----- Record excerpts

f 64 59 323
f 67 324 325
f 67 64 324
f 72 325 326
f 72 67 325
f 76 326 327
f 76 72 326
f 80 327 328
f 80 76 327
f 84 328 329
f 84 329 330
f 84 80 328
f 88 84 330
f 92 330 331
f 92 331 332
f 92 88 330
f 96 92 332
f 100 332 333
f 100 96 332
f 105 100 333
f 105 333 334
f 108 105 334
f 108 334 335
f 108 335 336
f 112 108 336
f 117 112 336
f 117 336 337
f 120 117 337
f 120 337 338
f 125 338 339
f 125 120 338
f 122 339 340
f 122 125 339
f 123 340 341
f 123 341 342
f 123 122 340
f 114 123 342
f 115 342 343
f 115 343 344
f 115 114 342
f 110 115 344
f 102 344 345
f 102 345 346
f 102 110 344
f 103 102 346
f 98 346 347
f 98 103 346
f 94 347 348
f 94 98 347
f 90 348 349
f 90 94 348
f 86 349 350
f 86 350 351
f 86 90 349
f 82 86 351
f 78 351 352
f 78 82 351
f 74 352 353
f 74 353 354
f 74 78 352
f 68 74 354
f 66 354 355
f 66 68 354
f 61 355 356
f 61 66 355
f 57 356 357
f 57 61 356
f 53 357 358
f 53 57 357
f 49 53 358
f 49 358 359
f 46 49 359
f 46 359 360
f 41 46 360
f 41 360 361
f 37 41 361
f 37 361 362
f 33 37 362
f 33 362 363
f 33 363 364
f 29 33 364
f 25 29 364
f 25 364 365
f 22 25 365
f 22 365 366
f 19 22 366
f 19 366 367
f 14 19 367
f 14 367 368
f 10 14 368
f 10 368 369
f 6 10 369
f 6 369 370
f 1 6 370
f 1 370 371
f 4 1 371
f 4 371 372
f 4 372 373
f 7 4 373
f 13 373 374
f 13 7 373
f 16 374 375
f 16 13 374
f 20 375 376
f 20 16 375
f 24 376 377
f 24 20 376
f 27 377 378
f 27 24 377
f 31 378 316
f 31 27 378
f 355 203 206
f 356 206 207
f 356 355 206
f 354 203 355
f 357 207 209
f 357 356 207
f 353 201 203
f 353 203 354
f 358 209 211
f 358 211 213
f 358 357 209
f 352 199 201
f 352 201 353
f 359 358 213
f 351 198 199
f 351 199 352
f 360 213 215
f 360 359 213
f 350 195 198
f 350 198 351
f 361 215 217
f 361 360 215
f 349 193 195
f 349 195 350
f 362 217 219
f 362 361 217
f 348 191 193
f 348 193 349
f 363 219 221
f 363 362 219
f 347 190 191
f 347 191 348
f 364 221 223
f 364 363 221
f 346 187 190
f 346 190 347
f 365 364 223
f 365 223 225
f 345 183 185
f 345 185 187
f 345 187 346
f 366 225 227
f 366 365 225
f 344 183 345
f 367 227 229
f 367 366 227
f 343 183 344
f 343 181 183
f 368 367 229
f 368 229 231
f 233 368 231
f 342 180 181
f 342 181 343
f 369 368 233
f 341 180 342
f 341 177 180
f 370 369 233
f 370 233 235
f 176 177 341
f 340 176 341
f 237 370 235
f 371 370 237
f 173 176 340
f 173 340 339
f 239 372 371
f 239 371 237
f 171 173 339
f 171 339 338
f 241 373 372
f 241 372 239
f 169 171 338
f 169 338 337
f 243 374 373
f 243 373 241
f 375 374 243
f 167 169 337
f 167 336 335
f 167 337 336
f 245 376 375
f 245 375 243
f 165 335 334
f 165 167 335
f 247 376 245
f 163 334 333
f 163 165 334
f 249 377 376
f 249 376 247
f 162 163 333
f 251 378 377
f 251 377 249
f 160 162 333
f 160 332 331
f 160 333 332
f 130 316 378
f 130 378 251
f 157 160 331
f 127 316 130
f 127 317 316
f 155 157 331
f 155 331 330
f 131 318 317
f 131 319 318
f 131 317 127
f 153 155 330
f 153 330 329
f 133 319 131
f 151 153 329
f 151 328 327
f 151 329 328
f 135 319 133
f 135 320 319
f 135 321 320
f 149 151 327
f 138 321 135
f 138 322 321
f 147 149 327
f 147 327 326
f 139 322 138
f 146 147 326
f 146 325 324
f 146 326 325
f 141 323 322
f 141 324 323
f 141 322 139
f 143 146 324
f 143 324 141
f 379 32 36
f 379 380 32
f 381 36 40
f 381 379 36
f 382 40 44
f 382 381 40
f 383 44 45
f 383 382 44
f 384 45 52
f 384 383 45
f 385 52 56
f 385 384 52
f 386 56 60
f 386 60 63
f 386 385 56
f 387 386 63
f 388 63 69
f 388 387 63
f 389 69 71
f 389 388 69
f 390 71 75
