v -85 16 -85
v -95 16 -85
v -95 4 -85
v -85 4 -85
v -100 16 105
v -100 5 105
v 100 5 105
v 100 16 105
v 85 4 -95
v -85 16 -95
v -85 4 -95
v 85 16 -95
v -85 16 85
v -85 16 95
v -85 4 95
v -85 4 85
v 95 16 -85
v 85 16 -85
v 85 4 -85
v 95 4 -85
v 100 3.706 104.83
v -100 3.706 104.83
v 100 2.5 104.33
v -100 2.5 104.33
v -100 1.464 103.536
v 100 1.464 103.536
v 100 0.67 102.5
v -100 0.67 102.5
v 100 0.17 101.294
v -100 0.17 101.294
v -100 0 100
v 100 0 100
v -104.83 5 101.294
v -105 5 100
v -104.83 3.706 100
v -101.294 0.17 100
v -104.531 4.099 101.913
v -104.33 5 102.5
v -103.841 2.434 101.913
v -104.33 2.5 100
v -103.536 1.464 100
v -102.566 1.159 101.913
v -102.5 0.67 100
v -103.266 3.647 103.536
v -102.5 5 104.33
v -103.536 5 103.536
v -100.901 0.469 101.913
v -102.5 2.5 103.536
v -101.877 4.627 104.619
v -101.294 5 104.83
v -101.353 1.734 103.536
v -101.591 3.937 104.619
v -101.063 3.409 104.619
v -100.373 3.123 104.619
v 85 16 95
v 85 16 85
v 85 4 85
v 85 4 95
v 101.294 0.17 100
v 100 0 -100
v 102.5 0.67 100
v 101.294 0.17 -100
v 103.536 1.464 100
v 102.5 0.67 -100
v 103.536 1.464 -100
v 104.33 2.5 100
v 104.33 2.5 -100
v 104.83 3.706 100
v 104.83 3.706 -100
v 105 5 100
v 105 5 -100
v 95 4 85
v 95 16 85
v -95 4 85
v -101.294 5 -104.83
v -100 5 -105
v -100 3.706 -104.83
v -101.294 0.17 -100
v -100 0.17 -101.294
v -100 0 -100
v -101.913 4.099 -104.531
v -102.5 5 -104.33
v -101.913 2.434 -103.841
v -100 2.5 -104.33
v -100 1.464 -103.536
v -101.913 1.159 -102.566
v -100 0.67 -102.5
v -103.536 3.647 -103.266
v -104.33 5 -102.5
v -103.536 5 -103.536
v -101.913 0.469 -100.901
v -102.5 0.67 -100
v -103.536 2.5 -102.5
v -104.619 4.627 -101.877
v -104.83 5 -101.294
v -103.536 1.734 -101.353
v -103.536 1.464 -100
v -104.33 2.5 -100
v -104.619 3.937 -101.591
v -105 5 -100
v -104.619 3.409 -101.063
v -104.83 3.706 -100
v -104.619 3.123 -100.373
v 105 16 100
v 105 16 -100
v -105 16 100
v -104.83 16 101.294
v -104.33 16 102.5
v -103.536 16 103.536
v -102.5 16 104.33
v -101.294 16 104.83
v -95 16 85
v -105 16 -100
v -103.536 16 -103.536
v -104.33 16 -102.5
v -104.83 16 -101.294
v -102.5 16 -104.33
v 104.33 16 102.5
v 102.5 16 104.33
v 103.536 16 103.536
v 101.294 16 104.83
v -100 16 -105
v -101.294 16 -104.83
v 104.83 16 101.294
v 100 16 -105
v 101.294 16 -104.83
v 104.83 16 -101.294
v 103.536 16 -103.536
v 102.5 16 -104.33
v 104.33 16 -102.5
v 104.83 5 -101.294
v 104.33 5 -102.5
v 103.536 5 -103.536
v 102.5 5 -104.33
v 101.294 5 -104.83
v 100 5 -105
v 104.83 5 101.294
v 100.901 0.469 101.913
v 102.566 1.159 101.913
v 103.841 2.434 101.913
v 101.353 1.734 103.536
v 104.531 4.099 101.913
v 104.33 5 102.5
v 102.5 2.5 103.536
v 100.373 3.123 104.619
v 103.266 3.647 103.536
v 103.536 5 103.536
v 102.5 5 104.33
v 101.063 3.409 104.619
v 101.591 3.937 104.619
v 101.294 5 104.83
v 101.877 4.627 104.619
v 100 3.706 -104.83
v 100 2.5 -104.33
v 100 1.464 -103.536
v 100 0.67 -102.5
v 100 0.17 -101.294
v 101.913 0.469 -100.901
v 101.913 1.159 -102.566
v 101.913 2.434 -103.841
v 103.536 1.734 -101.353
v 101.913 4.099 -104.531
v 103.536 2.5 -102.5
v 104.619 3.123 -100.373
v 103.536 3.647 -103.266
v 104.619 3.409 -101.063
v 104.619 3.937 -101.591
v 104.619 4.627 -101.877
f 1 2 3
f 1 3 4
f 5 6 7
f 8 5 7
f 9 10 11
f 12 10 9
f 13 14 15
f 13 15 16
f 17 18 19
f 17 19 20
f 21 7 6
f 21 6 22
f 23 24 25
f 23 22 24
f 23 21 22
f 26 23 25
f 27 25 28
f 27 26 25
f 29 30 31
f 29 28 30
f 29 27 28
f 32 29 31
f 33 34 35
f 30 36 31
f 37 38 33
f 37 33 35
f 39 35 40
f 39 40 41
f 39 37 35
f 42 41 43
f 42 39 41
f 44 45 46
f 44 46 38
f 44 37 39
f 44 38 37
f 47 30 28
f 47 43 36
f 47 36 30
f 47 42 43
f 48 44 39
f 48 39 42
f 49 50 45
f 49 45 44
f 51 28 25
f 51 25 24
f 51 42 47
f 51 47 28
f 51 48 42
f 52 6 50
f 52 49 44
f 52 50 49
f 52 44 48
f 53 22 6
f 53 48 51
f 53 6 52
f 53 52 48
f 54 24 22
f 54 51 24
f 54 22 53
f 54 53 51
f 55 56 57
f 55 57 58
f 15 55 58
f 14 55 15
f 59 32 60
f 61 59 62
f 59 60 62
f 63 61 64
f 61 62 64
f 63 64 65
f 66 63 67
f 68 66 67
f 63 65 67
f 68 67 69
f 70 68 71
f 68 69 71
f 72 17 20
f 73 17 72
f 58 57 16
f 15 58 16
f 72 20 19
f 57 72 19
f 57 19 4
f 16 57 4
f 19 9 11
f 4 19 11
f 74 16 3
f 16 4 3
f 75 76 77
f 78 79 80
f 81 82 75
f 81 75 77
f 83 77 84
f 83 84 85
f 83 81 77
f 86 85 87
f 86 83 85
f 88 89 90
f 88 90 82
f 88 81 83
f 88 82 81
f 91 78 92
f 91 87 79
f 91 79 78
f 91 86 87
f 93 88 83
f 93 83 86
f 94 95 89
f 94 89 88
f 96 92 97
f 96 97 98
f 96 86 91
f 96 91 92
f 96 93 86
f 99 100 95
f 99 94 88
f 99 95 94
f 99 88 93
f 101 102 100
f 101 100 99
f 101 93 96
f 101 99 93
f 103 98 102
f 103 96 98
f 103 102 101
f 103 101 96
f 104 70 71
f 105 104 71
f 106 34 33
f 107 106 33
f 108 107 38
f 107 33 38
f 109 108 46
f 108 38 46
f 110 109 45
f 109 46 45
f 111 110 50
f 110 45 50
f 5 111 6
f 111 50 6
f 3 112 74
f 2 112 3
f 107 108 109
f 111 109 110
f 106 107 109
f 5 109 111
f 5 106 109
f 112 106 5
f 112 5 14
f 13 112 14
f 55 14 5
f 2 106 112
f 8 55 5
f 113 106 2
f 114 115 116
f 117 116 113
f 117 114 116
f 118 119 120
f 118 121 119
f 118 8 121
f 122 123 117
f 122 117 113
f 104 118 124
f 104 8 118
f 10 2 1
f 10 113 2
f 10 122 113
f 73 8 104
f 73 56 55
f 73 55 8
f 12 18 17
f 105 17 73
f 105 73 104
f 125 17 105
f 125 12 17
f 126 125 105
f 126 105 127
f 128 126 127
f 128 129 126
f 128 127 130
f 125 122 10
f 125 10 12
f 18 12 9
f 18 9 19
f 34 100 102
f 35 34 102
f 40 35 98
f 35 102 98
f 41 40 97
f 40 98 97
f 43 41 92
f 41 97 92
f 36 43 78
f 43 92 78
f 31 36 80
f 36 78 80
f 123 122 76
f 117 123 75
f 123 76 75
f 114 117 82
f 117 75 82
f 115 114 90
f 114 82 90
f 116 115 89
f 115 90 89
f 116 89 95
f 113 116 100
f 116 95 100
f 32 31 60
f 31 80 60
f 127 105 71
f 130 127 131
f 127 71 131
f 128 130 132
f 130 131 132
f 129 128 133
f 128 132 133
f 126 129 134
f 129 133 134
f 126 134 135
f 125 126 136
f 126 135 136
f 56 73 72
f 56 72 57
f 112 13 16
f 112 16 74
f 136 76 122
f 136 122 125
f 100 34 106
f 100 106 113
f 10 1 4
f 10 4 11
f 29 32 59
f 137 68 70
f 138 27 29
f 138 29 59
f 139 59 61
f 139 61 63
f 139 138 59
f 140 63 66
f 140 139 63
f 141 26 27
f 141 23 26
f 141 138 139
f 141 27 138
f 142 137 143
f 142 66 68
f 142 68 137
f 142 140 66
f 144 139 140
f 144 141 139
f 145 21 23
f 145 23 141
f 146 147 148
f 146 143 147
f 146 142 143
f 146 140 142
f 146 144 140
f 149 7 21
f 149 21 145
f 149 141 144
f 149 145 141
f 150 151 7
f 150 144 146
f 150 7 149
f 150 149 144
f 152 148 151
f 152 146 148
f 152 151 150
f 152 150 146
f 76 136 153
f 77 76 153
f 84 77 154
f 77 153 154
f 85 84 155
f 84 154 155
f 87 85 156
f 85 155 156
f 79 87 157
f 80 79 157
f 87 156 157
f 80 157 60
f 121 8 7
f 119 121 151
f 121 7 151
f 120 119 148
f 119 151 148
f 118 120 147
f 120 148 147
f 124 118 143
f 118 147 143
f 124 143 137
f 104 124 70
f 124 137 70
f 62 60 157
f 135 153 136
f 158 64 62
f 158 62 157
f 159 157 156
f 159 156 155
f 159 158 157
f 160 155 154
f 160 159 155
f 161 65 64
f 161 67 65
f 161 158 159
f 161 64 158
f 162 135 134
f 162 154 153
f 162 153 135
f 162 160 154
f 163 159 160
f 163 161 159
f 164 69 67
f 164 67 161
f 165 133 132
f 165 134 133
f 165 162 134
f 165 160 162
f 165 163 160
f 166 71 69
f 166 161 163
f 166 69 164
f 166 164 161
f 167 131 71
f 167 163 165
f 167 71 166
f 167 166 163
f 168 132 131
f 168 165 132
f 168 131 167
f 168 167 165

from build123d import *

# Parameters (mm, degrees)
SKETCH1_W          = 210
SKETCH1_H          = 210
BASE_DEPTH         = 16
CUT_EXTRUDE1_DEPTH = 12
FILLET1_R          = 5
FILLET2_R          = 5


with BuildPart() as part:
    # Sketch1 → Base (new body)
    with BuildSketch(Plane(origin=(0, 0, 0), x_dir=(1, 0, 0), z_dir=(0, 1, 0))):
        Rectangle(SKETCH1_W, SKETCH1_H)
    extrude(amount=BASE_DEPTH)

    # Sketch3 → Cut-Extrude1 (cut)
    with BuildSketch(Plane(origin=(0, 16, 0), x_dir=(1, 0, 0), z_dir=(0, 1, 0))):
        Polygon((-85, 95), (85, 95), (85, 85), (95, 85), (95, -85), (85, -85), (85, -95), (-85, -95), (-85, -85), (-95, -85), (-95, 85), (-85, 85), align=None)
    extrude(amount=-CUT_EXTRUDE1_DEPTH, mode=Mode.SUBTRACT)

    # Fillet1
    fillet1_edges = [part.edges().sort_by_distance(p)[0] for p in [
        (0, 0, 105),
        (-105, 0, 0),
        (0, 0, -105),
        (105, 0, 0),
    ]]
    fillet(fillet1_edges, radius=FILLET1_R)

    # Fillet2
    # the kernel refuses this fillet: 5 mm, written as the material it takes off along each edge
    with BuildSketch(Plane(origin=(100, 5, 100), x_dir=(1, 0, 0), z_dir=(0, 0, 1))) as fillet2_piece_1_section:
        Polygon((0, 0), (FILLET2_R, 0), (FILLET2_R, -FILLET2_R), (0, -FILLET2_R), align=None)
    fillet2_piece_1 = extrude(amount=FILLET2_R, mode=Mode.PRIVATE)
    fillet2_piece_1 = fillet2_piece_1 - Plane(origin=(100, 5, 100), x_dir=(-0.7071067811865475, 0.7071067811865475, 0), z_dir=(0, 0, 1)) * Sphere(FILLET2_R, mode=Mode.PRIVATE)
    add(fillet2_piece_1, mode=Mode.SUBTRACT)
    with BuildSketch(Plane(origin=(-100, 5, 100), x_dir=(-1, 0, 0), z_dir=(0, 0, 1))) as fillet2_piece_2_section:
        Polygon((0, 0), (FILLET2_R, 0), (FILLET2_R, FILLET2_R), (0, FILLET2_R), align=None)
    fillet2_piece_2 = extrude(amount=FILLET2_R, mode=Mode.PRIVATE)
    fillet2_piece_2 = fillet2_piece_2 - Plane(origin=(-100, 5, 100), x_dir=(0.7071067811865475, 0.7071067811865475, 0), z_dir=(0, 0, 1)) * Sphere(FILLET2_R, mode=Mode.PRIVATE)
    add(fillet2_piece_2, mode=Mode.SUBTRACT)
    with BuildSketch(Plane(origin=(100, 5, -100), x_dir=(0, 0, -1), z_dir=(1, 0, 0))) as fillet2_piece_3_section:
        Polygon((0, 0), (FILLET2_R, 0), (FILLET2_R, -FILLET2_R), (0, -FILLET2_R), align=None)
    fillet2_piece_3 = extrude(amount=FILLET2_R, mode=Mode.PRIVATE)
    fillet2_piece_3 = fillet2_piece_3 - Plane(origin=(100, 5, -100), x_dir=(0, 0.7071067811865475, 0.7071067811865475), z_dir=(1, 0, 0)) * Sphere(FILLET2_R, mode=Mode.PRIVATE)
    add(fillet2_piece_3, mode=Mode.SUBTRACT)
    with BuildSketch(Plane(origin=(-100, 5, -100), x_dir=(0, 0, -1), z_dir=(-1, 0, 0))) as fillet2_piece_4_section:
        Polygon((0, 0), (FILLET2_R, 0), (FILLET2_R, FILLET2_R), (0, FILLET2_R), align=None)
    fillet2_piece_4 = extrude(amount=FILLET2_R, mode=Mode.PRIVATE)
    fillet2_piece_4 = fillet2_piece_4 - Plane(origin=(-100, 5, -100), x_dir=(0, 0.7071067811865475, 0.7071067811865475), z_dir=(-1, 0, 0)) * Sphere(FILLET2_R, mode=Mode.PRIVATE)
    add(fillet2_piece_4, mode=Mode.SUBTRACT)
    with BuildSketch(Plane(origin=(105, 5, 105), x_dir=(-1, 0, 0), z_dir=(0, 1, 0)), Plane(origin=(105, 5, -105), x_dir=(0, 0, 1), z_dir=(0, 1, 0))) as fillet2_piece_5:
        with BuildLine():
            CenterArc((FILLET2_R, -FILLET2_R), FILLET2_R, 90, 90)
            Line((0, -FILLET2_R), (0, 0))
            Line((0, 0), (FILLET2_R, 0))
        make_face()
    extrude(amount=23.5, mode=Mode.SUBTRACT)
    with BuildSketch(Plane(origin=(-105, 5, 105), x_dir=(1, 0, 0), z_dir=(0, 1, 0)), Plane(origin=(-105, 5, -105), x_dir=(0, 0, 1), z_dir=(0, 1, 0))) as fillet2_piece_6:
        with BuildLine():
            CenterArc((FILLET2_R, FILLET2_R), FILLET2_R, 180, 90)
            Line((0, FILLET2_R), (0, 0))
            Line((0, 0), (FILLET2_R, 0))
        make_face()
    extrude(amount=23.5, mode=Mode.SUBTRACT)


solid = part.part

----------

Can you write out the lines above, from the first one through the one containing "f 123 340 341", exactly as they appear and nothing more?

▶ [Response to the task]
f 64 59 323
f 67 324 325
f 67 64 324
f 72 325 326
f 72 67 325
f 76 326 327
f 76 72 326
f 80 327 328
f 80 76 327
f 84 328 329
f 84 329 330
f 84 80 328
f 88 84 330
f 92 330 331
f 92 331 332
f 92 88 330
f 96 92 332
f 100 332 333
f 100 96 332
f 105 100 333
f 105 333 334
f 108 105 334
f 108 334 335
f 108 335 336
f 112 108 336
f 117 112 336
f 117 336 337
f 120 117 337
f 120 337 338
f 125 338 339
f 125 120 338
f 122 339 340
f 122 125 339
f 123 340 341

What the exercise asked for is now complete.